REQUIRED ACTION
What you return should be the lines from the first line of the records below through the line holding "f 422 423 392", unchanged.
=-=-=
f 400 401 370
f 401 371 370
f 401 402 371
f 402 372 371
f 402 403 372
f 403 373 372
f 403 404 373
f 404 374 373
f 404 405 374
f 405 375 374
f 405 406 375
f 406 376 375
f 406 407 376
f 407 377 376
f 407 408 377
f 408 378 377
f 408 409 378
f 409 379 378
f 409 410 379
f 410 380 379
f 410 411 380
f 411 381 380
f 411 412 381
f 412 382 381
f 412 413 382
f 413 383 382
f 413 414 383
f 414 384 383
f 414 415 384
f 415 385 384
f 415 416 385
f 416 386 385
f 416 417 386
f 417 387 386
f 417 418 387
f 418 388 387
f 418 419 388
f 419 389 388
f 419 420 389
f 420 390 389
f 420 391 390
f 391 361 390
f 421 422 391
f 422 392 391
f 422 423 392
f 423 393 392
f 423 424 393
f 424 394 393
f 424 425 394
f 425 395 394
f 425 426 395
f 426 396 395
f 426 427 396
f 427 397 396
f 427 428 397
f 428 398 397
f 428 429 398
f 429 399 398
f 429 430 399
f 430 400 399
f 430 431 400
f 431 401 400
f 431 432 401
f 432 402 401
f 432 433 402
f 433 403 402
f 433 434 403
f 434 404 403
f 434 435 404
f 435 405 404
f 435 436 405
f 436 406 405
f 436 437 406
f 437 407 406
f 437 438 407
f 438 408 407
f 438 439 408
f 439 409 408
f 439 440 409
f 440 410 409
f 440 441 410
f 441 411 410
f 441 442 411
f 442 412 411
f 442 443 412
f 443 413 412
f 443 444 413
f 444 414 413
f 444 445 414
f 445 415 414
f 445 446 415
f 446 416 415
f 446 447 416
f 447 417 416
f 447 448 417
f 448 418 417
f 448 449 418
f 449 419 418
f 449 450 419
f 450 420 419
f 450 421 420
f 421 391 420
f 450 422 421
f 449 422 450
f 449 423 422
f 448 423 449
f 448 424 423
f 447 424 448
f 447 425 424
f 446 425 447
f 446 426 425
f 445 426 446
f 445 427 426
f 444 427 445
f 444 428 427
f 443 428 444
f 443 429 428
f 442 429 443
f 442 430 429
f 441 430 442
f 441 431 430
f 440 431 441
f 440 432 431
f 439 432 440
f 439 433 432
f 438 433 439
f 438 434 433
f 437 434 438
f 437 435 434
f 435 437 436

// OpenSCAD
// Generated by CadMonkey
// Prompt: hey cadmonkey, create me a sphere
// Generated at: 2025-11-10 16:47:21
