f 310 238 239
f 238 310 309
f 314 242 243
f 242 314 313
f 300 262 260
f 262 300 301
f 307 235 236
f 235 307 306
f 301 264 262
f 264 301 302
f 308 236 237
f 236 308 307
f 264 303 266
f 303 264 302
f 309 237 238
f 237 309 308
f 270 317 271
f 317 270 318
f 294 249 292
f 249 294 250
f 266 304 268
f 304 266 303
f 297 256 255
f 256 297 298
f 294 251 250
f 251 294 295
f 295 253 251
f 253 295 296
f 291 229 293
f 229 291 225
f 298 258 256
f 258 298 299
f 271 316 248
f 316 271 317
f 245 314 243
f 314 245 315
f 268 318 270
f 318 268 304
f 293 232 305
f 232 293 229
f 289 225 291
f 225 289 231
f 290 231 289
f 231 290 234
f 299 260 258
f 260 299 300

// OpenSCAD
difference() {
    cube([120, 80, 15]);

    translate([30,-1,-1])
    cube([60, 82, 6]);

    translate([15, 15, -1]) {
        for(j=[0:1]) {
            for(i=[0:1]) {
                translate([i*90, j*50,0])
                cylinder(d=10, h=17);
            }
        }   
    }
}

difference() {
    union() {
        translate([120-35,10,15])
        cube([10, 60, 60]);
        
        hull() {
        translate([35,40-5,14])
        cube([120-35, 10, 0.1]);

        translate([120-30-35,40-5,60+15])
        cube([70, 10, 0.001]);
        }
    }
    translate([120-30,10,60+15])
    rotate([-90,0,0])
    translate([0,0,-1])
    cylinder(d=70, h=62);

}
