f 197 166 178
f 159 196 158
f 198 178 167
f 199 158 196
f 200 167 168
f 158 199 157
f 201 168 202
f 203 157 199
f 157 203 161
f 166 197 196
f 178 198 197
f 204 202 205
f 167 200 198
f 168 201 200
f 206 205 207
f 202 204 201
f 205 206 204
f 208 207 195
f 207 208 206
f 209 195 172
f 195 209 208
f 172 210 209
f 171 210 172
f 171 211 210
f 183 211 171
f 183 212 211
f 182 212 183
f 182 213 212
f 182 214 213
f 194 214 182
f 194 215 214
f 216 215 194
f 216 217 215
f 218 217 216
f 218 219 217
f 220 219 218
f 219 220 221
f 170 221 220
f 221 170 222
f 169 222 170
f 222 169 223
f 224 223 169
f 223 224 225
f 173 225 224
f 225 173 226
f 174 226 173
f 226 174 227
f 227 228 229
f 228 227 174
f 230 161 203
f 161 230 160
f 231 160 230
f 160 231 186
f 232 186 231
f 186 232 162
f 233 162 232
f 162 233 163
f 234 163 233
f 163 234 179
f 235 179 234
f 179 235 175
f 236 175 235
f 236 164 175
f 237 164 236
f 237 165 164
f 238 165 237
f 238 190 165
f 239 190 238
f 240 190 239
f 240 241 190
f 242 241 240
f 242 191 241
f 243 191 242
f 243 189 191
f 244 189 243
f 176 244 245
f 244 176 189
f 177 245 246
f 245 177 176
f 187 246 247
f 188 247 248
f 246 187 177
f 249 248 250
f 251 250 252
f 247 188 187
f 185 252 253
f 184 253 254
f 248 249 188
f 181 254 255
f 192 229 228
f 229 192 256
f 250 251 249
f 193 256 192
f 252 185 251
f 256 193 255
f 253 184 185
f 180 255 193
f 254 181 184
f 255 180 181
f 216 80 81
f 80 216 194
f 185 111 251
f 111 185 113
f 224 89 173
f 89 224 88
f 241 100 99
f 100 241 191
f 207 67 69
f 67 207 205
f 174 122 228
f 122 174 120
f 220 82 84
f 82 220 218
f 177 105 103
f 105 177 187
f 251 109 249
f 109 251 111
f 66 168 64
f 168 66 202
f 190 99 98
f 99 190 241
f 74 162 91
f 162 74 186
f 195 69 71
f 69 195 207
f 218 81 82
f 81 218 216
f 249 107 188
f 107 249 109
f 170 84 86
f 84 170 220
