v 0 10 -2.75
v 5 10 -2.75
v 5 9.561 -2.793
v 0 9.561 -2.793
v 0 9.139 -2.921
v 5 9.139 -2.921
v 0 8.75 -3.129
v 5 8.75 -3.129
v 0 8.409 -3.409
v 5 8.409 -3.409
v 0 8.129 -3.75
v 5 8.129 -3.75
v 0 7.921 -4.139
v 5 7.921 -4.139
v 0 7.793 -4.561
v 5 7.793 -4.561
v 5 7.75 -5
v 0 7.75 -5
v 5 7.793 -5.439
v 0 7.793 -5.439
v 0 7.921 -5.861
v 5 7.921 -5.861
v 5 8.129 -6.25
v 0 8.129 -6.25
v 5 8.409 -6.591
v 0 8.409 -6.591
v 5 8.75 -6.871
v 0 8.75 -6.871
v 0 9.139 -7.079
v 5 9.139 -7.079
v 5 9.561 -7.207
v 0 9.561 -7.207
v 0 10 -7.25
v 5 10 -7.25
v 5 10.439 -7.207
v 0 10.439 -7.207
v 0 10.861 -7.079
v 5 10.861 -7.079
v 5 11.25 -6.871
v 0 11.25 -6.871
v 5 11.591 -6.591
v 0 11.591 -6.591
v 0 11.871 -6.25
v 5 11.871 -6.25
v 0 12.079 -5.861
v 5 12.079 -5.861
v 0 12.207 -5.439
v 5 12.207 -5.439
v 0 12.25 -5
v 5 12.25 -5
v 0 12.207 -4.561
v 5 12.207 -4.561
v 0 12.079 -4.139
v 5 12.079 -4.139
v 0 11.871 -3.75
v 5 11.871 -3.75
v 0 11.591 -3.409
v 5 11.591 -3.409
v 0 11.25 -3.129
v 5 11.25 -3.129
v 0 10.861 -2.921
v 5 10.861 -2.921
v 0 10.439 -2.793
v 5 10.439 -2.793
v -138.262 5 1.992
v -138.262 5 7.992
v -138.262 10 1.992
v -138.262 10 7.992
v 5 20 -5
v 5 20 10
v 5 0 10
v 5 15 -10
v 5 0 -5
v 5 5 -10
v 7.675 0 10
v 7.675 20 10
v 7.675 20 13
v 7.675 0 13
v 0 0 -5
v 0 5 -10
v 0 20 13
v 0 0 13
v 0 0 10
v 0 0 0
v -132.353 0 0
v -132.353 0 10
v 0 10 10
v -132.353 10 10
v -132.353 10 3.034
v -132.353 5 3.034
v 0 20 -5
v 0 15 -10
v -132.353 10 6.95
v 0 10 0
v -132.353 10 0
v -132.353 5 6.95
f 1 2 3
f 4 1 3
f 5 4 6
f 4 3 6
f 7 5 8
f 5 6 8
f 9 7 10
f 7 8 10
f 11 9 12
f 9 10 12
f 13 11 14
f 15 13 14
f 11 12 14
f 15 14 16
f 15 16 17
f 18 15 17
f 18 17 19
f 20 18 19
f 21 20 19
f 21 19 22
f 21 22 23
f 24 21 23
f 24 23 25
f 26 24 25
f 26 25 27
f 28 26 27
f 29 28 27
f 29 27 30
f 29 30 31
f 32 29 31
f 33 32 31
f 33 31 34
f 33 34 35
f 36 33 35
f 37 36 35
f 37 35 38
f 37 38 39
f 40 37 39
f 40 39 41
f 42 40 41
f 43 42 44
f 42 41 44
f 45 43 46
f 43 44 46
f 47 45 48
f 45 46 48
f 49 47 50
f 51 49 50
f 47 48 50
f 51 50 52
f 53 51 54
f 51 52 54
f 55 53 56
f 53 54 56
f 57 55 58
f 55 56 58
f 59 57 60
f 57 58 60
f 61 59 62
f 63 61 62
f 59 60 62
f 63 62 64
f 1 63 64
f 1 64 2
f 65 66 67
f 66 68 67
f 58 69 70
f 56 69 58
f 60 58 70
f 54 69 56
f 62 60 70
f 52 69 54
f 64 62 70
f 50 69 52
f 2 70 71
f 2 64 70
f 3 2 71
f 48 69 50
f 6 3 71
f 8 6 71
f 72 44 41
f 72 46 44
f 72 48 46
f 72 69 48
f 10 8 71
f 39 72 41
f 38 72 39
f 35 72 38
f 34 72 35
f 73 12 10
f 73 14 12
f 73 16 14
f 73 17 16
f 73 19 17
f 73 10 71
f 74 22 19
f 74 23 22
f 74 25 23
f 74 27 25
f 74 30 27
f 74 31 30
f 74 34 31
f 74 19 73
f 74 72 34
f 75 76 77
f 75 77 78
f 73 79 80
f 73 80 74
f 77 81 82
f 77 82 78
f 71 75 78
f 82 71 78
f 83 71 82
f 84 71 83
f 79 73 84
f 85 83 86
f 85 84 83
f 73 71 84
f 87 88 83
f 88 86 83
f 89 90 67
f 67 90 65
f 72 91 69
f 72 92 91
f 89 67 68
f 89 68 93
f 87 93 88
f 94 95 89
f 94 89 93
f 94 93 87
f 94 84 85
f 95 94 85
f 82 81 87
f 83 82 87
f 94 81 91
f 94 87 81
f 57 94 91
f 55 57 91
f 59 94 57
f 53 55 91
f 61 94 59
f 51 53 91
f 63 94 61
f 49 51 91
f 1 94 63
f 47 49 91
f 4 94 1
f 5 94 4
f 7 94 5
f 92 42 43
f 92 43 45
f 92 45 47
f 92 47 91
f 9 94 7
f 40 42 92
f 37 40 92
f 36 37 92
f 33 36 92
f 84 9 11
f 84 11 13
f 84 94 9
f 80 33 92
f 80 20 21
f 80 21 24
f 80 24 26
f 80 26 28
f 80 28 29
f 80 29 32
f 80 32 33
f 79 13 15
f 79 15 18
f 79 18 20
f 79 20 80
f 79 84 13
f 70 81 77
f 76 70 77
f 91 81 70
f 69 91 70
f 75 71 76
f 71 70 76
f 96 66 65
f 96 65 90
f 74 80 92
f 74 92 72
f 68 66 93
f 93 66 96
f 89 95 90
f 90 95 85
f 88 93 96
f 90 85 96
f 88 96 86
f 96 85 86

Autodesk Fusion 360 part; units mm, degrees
sketch "Sketch1" plane through (0, 0, 0) normal (0, 1, 0) x (1, 0, 0)
  line L0 (0, 0) -> (-25, 0)
  line L1 (-25, 0) -> (-25, -5)
  line L2 (-25, -5) -> (5, -5)
  line L3 (0, 0) -> (0, 10)
  line L4 (0, 10) -> (5, 10)
  line L5 (5, 10) -> (5, -5)
  line L6 (-25, 0) -> (-245, 0)
  line L7 (-245, 0) -> (-245, -5)
  line L8 (-245, -5) -> (-25, -5)
  line L9 (-25, 0) -> (-140, 0)
  line L10 (-140, 0) -> (-140, 27.0089)
  line L11 (-270, 10) -> (-275, 10)
  line L12 (-270, 0) -> (-270, 10)
  line L13 (-275, 10) -> (-275, -5)
  line L14 (-270, 0) -> (-245, 0)
  line L15 (-245, -5) -> (-275, -5)
  line L16 (-245, 0) -> (-245, -5)
  point P0 (-270, 0)
  dimension "d1" = 25
  dimension "d2" = 5
  dimension "d3" = 30
  dimension "d4" = 10
  dimension "d5" = 5
  dimension "d6" = 220
  dimension "d7" = 5
  dimension "d8" = 115
extrude "Extrude1" add sketch "Sketch1" along normal blind 10
extrude "Extrude2" add sketch "Sketch1" along normal blind 20 contours L0 L1 L2 L3 L4 L5 | L7 L11 L12 L13 L14 L15 L16
sketch "Sketch2" plane through (5, 0, 0) normal (1, 0, 0) x (0, 0, -1)
  line L0 (-5, 0) -> (10, 0)
  line L1 (10, 0) -> (10, 20)
  line L2 (10, 20) -> (-5, 20)
  line L3 (-5, 20) -> (-5, 0)
sketch "Sketch3" plane through (0, 0, 0) normal (-1, 0, 0) x (0, 0, 1)
  line L0 (-10, 0) -> (0, 0)
  line L1 (0, 0) -> (0, 20)
  line L2 (0, 20) -> (-10, 20)
  line L3 (-10, 20) -> (-10, 0)
  line L4 (-10, 0) -> (-5, 0)
  line L5 (-5, 0) -> (-5, 10)
  circle A0 centre (-5, 10) radius 2.25
  dimension "d13" = 5
  dimension "d14" = 10
  dimension "d15" = 4.5
extrude "Extrude3" cut sketch "Sketch3" along normal mid plane 662 contours A0
chamfer "Chamfer1" distance 5 angle 45 4 edges at (2.5, 20, -10) (2.5, 0, -10) (-272.5, 20, -10) (-272.5, 0, -10)
sketch "Sketch5" plane through (0, 10, 0) normal (0, 1, 0) x (-1, 0, 0)
  line L0 (25, 5) -> (25, 0)
  line L1 (25, 0) -> (245, 0)
  line L2 (245, 0) -> (245, 5)
  line L3 (245, 5) -> (25, 5)
  line L4 (245, 0) -> (135, 0)
  dimension "d30" = 110
sketch "Sketch6" plane through (0, 0, 5) normal (0, 0, 1) x (1, 0, 0)
  line L0 (-25, 10) -> (-245, 10)
  line L1 (-245, 10) -> (-245, 20)
  line L2 (-245, 20) -> (-275, 20)
  line L3 (-275, 20) -> (-275, 0)
  line L4 (-275, 0) -> (5, 0)
  line L5 (5, 0) -> (5, 20)
  line L6 (5, 20) -> (-25, 20)
  line L7 (-25, 20) -> (-25, 10)
extrude "Extrude5" add 1 faces at (-265, 10, 5) along direction (0, 0, 1) blind 5
sketch "Sketch7" plane through (0, 10, 0) normal (0, 1, 0) x (-1, 0, 0)
  line L0 (25, 10) -> (25, 0)
  line L1 (25, 0) -> (245, 0)
  line L2 (245, 0) -> (245, 10)
  line L3 (245, 10) -> (25, 10)
  line L4 (245, 0) -> (135, 0)
  line L5 (138.2622, 1.9923) -> (132.3533, 3.0342)
  line L6 (138.2622, 7.9923) -> (132.3533, 6.9504)
  line L7 (132.3533, 3.0342) -> (132.3533, 0)
  line L8 (138.2622, 7.9923) -> (138.2622, 1.9923)
  line L9 (132.3533, 6.9504) -> (132.3533, 10)
  line L10 (138.2622, 1.9923) -> (141.0619, 1.9923) construction
  line L11 (138.2622, 7.9923) -> (141.0619, 7.9923) construction
  line L12 (25, 0) -> (245, 0)
  line L13 (128.521, 0) -> (128.521, 5)
  line L14 (270, -5) -> (275, -5)
  line L15 (275, -5) -> (275, 10)
  line L16 (275, 10) -> (245, 10)
  line L17 (245, 10) -> (245, 0)
  line L18 (245, 0) -> (270, 0)
  line L19 (270, 0) -> (270, -5)
  point P0 (132.1074, 10.0354)
  point P1 (138.2622, 4.9923)
  dimension "d33" = 110
  dimension "d34" = 6
  dimension "d35" = 170
  dimension "d36" = 6
  dimension "d37" = 170
  dimension "d38" = 6
  dimension "d41" = 5
extrude "Extrude6" cut sketch "Sketch7" against normal blind 5 contours L1 L2 L3 L4 L5 L6 L7 L8 L9 L12 L17
sketch "Sketch8" plane through (0, 5, 0) normal (0, 1, 0) x (-1, 0, 0)
  line L0 (138.2622, 7.9923) -> (138.2622, 1.9923)
  line L1 (138.2622, 1.9923) -> (132.3533, 3.0342)
  line L2 (132.3533, 3.0342) -> (132.3533, 0)
  line L3 (132.3533, 0) -> (245, 0)
  line L4 (245, 0) -> (245, 10)
  line L5 (245, 10) -> (132.3533, 10)
  line L6 (132.3533, 10) -> (132.3533, 6.9504)
  line L7 (132.3533, 6.9504) -> (138.2622, 7.9923)
  line L8 (245, 5) -> (25, 5)
  line L9 (270, -5) -> (275, -5)
  line L10 (275, -5) -> (275, 10)
  line L11 (275, 10) -> (245, 10)
  line L12 (245, 10) -> (245, 0)
  line L13 (245, 0) -> (270, 0)
  line L14 (270, 0) -> (270, -5)
  line L15 (275, -10) -> (275, -5)
  line L16 (275, -5) -> (270, -5)
  line L17 (270, -5) -> (270, -10)
  line L18 (270, -10) -> (275, -10)
  line L19 (138.2622, 1.9923) -> (138.2622, 0)
  line L20 (138.2622, 0) -> (132.3533, 0)
  line L21 (132.3533, 3.0342) -> (132.3533, 0)
  line L22 (138.2622, 7.9923) -> (138.2622, 10)
sketch "Sketch9" plane through (0, 20, 0) normal (0, 1, 0) x (-1, 0, 0)
  line L0 (270, -5) -> (275, -5)
  line L1 (275, -5) -> (275, 10)
  line L2 (275, 10) -> (245, 10)
  line L3 (245, 10) -> (245, 0)
  line L4 (245, 0) -> (270, 0)
  line L5 (270, 0) -> (270, -5)
  line L6 (275, -10) -> (275, -5)
  line L7 (275, -5) -> (270, -5)
  line L8 (270, -5) -> (270, -10)
  line L9 (270, -10) -> (275, -10)
  line L10 (138.2622, 7.9923) -> (138.2622, 1.9923)
  line L11 (138.2622, 1.9923) -> (132.3533, 3.0342)
  line L12 (132.3533, 3.0342) -> (132.3533, 0)
  line L13 (132.3533, 0) -> (245, 0)
  line L14 (245, 0) -> (245, 10)
  line L15 (245, 10) -> (132.3533, 10)
  line L16 (132.3533, 10) -> (132.3533, 6.9504)
  line L17 (132.3533, 6.9504) -> (138.2622, 7.9923)
  line L18 (138.2622, 1.9923) -> (138.2622, -2.244)
  line L19 (138.2622, -2.244) -> (138.2622, 11)
extrude "Extrude7" cut sketch "Sketch9" against normal blind 40 contours L0 L1 L2 L3 L4 L5 L7 L14 | L0 L6 L7 L8 L9 | L3 L10 L13 L14 L15 L18 L19
sketch "Sketch10" plane through (0, 10, 0) normal (0, 1, 0) x (-1, 0, 0)
  line L0 (132.3533, 0) -> (132.3533, 3.0342)
  line L1 (132.3533, 3.0342) -> (138.2622, 1.9923)
  line L2 (138.2622, 1.9923) -> (138.2622, 7.9923)
  line L3 (138.2622, 7.9923) -> (132.3533, 6.9504)
  line L4 (132.3533, 6.9504) -> (132.3533, 10)
  line L5 (132.3533, 10) -> (25, 10)
  line L6 (25, 10) -> (25, 0)
  line L7 (25, 0) -> (132.3533, 0)
sketch "Sketch11" plane through (0, 0, 0) normal (0, -1, 0) x (1, 0, 0)
  line L0 (-138.2622, 10) -> (-138.2622, 0)
  line L1 (-138.2622, 0) -> (0, 0)
  line L2 (0, 0) -> (0, -5)
  line L3 (0, -5) -> (5, -5)
  line L4 (5, -5) -> (5, 10)
  line L5 (5, 10) -> (-138.2622, 10)
  line L6 (-132.3533, 0) -> (-132.3533, 3.0342)
  line L7 (-132.3533, 3.0342) -> (-138.2622, 1.9923)
  line L8 (-138.2622, 1.9923) -> (-138.2622, 7.9923)
  line L9 (-138.2622, 7.9923) -> (-132.3533, 6.9504)
  line L10 (-132.3533, 6.9504) -> (-132.3533, 10)
  line L11 (-132.3533, 10) -> (-25, 10)
  line L12 (-25, 10) -> (-25, 0)
  line L13 (-25, 0) -> (-132.3533, 0)
  line L14 (-138.2622, 7.9923) -> (-138.2622, 10)
  line L15 (-132.3533, 10) -> (-132.3533, 0)
  line L16 (-138.2622, 0) -> (-138.2622, 1.9923)
  line L17 (-138.2622, 0) -> (-132.3533, 0)
extrude "Extrude8" cut sketch "Sketch11" against normal blind 10 contours L0 L5 L9 L10 L14 L15
extrude "Extrude9" cut sketch "Sketch11" against normal blind 9 contours L0 L1 L6 L7 L15 L16 L17
extrude "Extrude10" cut sketch "Sketch11" against normal blind 5 contours L0 L7 L8 L9 L15
sketch "Sketch12" plane through (0, 20, 0) normal (0, 1, 0) x (-1, 0, 0)
  line L0 (-5, -5) -> (0, -5)
  line L1 (0, -5) -> (0, 0)
  line L2 (0, 0) -> (25, 0)
  line L3 (25, 0) -> (25, 10)
  line L4 (25, 10) -> (-5, 10)
  line L5 (-5, 10) -> (-5, -5)
  line L6 (0, 0) -> (25, 0)
  line L7 (25, 0) -> (25, 10)
  line L8 (25, 10) -> (0, 10)
  line L9 (0, 10) -> (0, 0)
extrude "Extrude11" cut sketch "Sketch12" against normal blind 10 contours L2 L3 L4 L6 L7 L8 L9
sketch "Sketch13" plane through (0, 0, 10) normal (0, 0, 1) x (1, 0, 0)
  line L0 (0, 10) -> (-132.3533, 10)
  line L1 (-132.3533, 10) -> (-132.3533, 0)
  line L2 (-132.3533, 0) -> (5, 0)
  line L3 (5, 0) -> (5, 20)
  line L4 (5, 20) -> (0, 20)
  line L5 (0, 20) -> (0, 10)
  line L6 (0, 0) -> (8.175, 0)
  line L7 (0, 20) -> (0, 0)
  line L8 (0, 20) -> (8.175, 20)
  line L9 (8.175, 20) -> (8.175, 0)
  dimension "d56" = 8.175
extrude "Extrude12" add sketch "Sketch13" along normal blind 3 contours L2 L3 L4 L5 L6 L7 L8 | L3 L6 L8 L9
extrude "Extrude13" cut 1 faces at (8.175, 13.3333, 11) along direction (-1, 0, 0) blind 0.5
equation "d56 = 5 mm + ( 25.4 / 8 ) * 1 mm"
=-=-=
EXERCISE OUTPUT
f 400 401 370
f 401 371 370
f 401 402 371
f 402 372 371
f 402 403 372
f 403 373 372
f 403 404 373
f 404 374 373
f 404 405 374
f 405 375 374
f 405 406 375
f 406 376 375
f 406 407 376
f 407 377 376
f 407 408 377
f 408 378 377
f 408 409 378
f 409 379 378
f 409 410 379
f 410 380 379
f 410 411 380
f 411 381 380
f 411 412 381
f 412 382 381
f 412 413 382
f 413 383 382
f 413 414 383
f 414 384 383
f 414 415 384
f 415 385 384
f 415 416 385
f 416 386 385
f 416 417 386
f 417 387 386
f 417 418 387
f 418 388 387
f 418 419 388
f 419 389 388
f 419 420 389
f 420 390 389
f 420 391 390
f 391 361 390
f 421 422 391
f 422 392 391
f 422 423 392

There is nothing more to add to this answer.